Лидия Андреевна еще крепче прижала к себе сына, плечом отгораживая его от отчима.
— Об одном лишь прошу тебя не забывать, — делая несколько шагов в сторону жены, тоном искреннего участия сказал Дмитрий Алексеевич: — я не чужой тебе человек, и коль скоро твой сын…
— Боже мой! — тихонько обронила Лидия Андреевна. — «Коль скоро…»
— Нет, ты сегодня слишком раздражена, — быстро сказал Дмитрий Алексеевич. — Мы поговорим потом, когда ты успокоишься. — Он пристально и печально глядел на жену. — Ты несправедлива ко мне, Лида.

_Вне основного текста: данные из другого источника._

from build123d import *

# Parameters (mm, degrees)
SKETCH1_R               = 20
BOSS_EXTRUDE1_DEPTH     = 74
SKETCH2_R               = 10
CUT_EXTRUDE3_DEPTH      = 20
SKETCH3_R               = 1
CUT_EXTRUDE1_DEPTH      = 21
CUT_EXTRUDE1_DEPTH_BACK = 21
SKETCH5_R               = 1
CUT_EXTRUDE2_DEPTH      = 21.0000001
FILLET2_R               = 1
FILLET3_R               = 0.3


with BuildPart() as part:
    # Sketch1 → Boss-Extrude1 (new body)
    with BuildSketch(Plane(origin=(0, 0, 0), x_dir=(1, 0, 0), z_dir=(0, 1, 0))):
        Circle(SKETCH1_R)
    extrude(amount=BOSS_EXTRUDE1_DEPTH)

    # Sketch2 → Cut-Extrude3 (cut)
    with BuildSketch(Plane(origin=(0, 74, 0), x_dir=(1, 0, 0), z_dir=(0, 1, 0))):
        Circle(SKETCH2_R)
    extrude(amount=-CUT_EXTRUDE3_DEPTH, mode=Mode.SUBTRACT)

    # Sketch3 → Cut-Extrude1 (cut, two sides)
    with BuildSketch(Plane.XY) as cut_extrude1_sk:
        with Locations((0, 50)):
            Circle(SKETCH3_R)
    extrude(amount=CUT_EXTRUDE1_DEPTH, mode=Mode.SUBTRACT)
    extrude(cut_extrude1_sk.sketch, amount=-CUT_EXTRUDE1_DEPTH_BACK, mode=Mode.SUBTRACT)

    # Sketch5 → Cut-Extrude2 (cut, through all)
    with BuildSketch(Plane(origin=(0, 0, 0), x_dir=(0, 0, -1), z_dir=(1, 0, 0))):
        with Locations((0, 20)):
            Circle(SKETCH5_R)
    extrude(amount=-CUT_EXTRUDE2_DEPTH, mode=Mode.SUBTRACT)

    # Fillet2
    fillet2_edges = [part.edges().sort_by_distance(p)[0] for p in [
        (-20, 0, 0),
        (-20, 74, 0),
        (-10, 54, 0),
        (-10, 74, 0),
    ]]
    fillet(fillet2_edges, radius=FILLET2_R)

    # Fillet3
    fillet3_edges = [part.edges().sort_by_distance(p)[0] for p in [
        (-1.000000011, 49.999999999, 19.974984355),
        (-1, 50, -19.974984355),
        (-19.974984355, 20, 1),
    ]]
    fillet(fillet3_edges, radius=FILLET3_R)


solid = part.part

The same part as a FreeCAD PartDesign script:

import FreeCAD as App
import Part
import Sketcher

V = App.Vector
Q = App.Units.Quantity


def edges_at(feature, points):
    """Names of the edges that pass closest to the given points."""
    edges = feature.Shape.Edges
    near = lambda p: min(range(len(edges)), key=lambda i: edges[i].distToShape(Part.Vertex(*p))[0])
    return sorted({f"Edge{near(p) + 1}" for p in points})

doc = App.newDocument("Part")
body = doc.addObject("PartDesign::Body", "Body")

sketch1 = doc.addObject("Sketcher::SketchObject", "Sketch")
body.addObject(sketch1)
sketch1.AttachmentSupport = (doc.XZ_Plane, [""])
sketch1.MapMode = "FlatFace"
sketch1.addGeometry(Part.Circle(V(0, 0, 0), V(0, 0, 1), 20), False)
sketch1.addConstraint([
    Sketcher.Constraint("Coincident", 0, 3, -1, 1),
    Sketcher.Constraint("Diameter", 0, Q("40 mm")),
])
pad1 = doc.addObject("PartDesign::Pad", "Pad")
body.addObject(pad1)
pad1.Profile = sketch1
pad1.Length = 74
pad1.Reversed = True

sketch2 = doc.addObject("Sketcher::SketchObject", "Sketch001")
body.addObject(sketch2)
sketch2.AttachmentSupport = (doc.XZ_Plane, [""])
sketch2.MapMode = "FlatFace"
sketch2.AttachmentOffset = App.Placement(V(0, 0, -74), App.Rotation())
sketch2.addGeometry(Part.Circle(V(0, 0, 0), V(0, 0, 1), 10), False)
sketch2.addConstraint([
    Sketcher.Constraint("Coincident", 0, 3, -1, 1),
    Sketcher.Constraint("Diameter", 0, Q("20 mm")),
])
pocket1 = doc.addObject("PartDesign::Pocket", "Pocket")
body.addObject(pocket1)
pocket1.Profile = sketch2
pocket1.Length = 20
pocket1.Reversed = True

sketch3 = doc.addObject("Sketcher::SketchObject", "Sketch002")
body.addObject(sketch3)
sketch3.AttachmentSupport = (doc.XY_Plane, [""])
sketch3.MapMode = "FlatFace"
sketch3.addGeometry(Part.Circle(V(0, 50, 0), V(0, 0, 1), 1), False)
sketch3.addConstraint([
    Sketcher.Constraint("PointOnObject", 0, 3, -2),
    Sketcher.Constraint("Diameter", 0, Q("2 mm")),
    Sketcher.Constraint("DistanceY", -1, 1, 0, 3, Q("50 mm")),
])
pocket2 = doc.addObject("PartDesign::Pocket", "Pocket001")
body.addObject(pocket2)
pocket2.Profile = sketch3
pocket2.Type = "ThroughAll"
pocket2.Midplane = True

sketch4 = doc.addObject("Sketcher::SketchObject", "Sketch003")
body.addObject(sketch4)
sketch4.AttachmentSupport = (doc.YZ_Plane, [""])
sketch4.MapMode = "FlatFace"
sketch4.addGeometry(Part.Circle(V(20, 0, 0), V(0, 0, 1), 1), False)
sketch4.addConstraint([
    Sketcher.Constraint("PointOnObject", 0, 3, -1),
    Sketcher.Constraint("Diameter", 0, Q("2 mm")),
    Sketcher.Constraint("DistanceX", -1, 1, 0, 3, Q("20 mm")),
])
pocket3 = doc.addObject("PartDesign::Pocket", "Pocket002")
body.addObject(pocket3)
pocket3.Profile = sketch4
pocket3.Type = "ThroughAll"
doc.recompute()

fillet = doc.addObject("PartDesign::Fillet", "Fillet")
body.addObject(fillet)
fillet.Base = (pocket3, edges_at(pocket3, [
    (-20, 0, 0),
    (-20, 74, 0),
    (-10, 54, 0),
    (-10, 74, 0),
]))
fillet.Radius = 1
doc.recompute()

fillet2 = doc.addObject("PartDesign::Fillet", "Fillet001")
body.addObject(fillet2)
fillet2.Base = (fillet, edges_at(fillet, [(-1, 50, 19.975), (-1, 50, -19.975), (-19.975, 20, 1)]))
fillet2.Radius = 0.3

doc.recompute()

Все это время Коля молчал и только слушал, не вдумываясь в слова, а лишь слыша боль и слезы в голосе матери.
И мальчику стало нестерпимо жаль мать.
«Это из-за меня, из-за меня она сейчас плачет! — проносилось в его сознании. — Вот они сейчас поссорятся.
Из-за меня!» В эту минуту Коля великодушно прощал матери и то, что она любит Титова, и то, что забыла отца. Коля думал лишь, что всему виною он сам, что это он причиняет матери одно только горе.
«Уеду! Буду жить один! Пускай их!» — горько и сладко думалось Коле, который впервые испытал это великое чувство всепрощения и был захвачен и подавлен его силой.
— Уеду! — шептали его губы, скользя по шелковой блузке матери. И Коля казался сейчас самому себе очень взрослым и очень несчастным.
— Ну вот, с воскресеньицем вас! — раздался от двери старческий, но громкий голос.
Мать Лидии Андреевны, болезненно толстая и совсем седая и дряхлая женщина, пользовалась, видно, немалым уважением в своей семье. Едва лишь прозвучали эти ее укоризненные слова, как в комнате точно ветер дунул. Просветлел лицом и виновато закивал головой Дмитрий Алексеевич, а в глазах Коли и Лидии Андреевны промелькнула радость.
— Ты вот что: ступай-ка умойся — да гулять, — строго глянув на внука, приказала бабка. — Нечего! День-то какой… А вам… — она печально покивала в ответ Титову, — а вам уж не знаю, что и посоветовать.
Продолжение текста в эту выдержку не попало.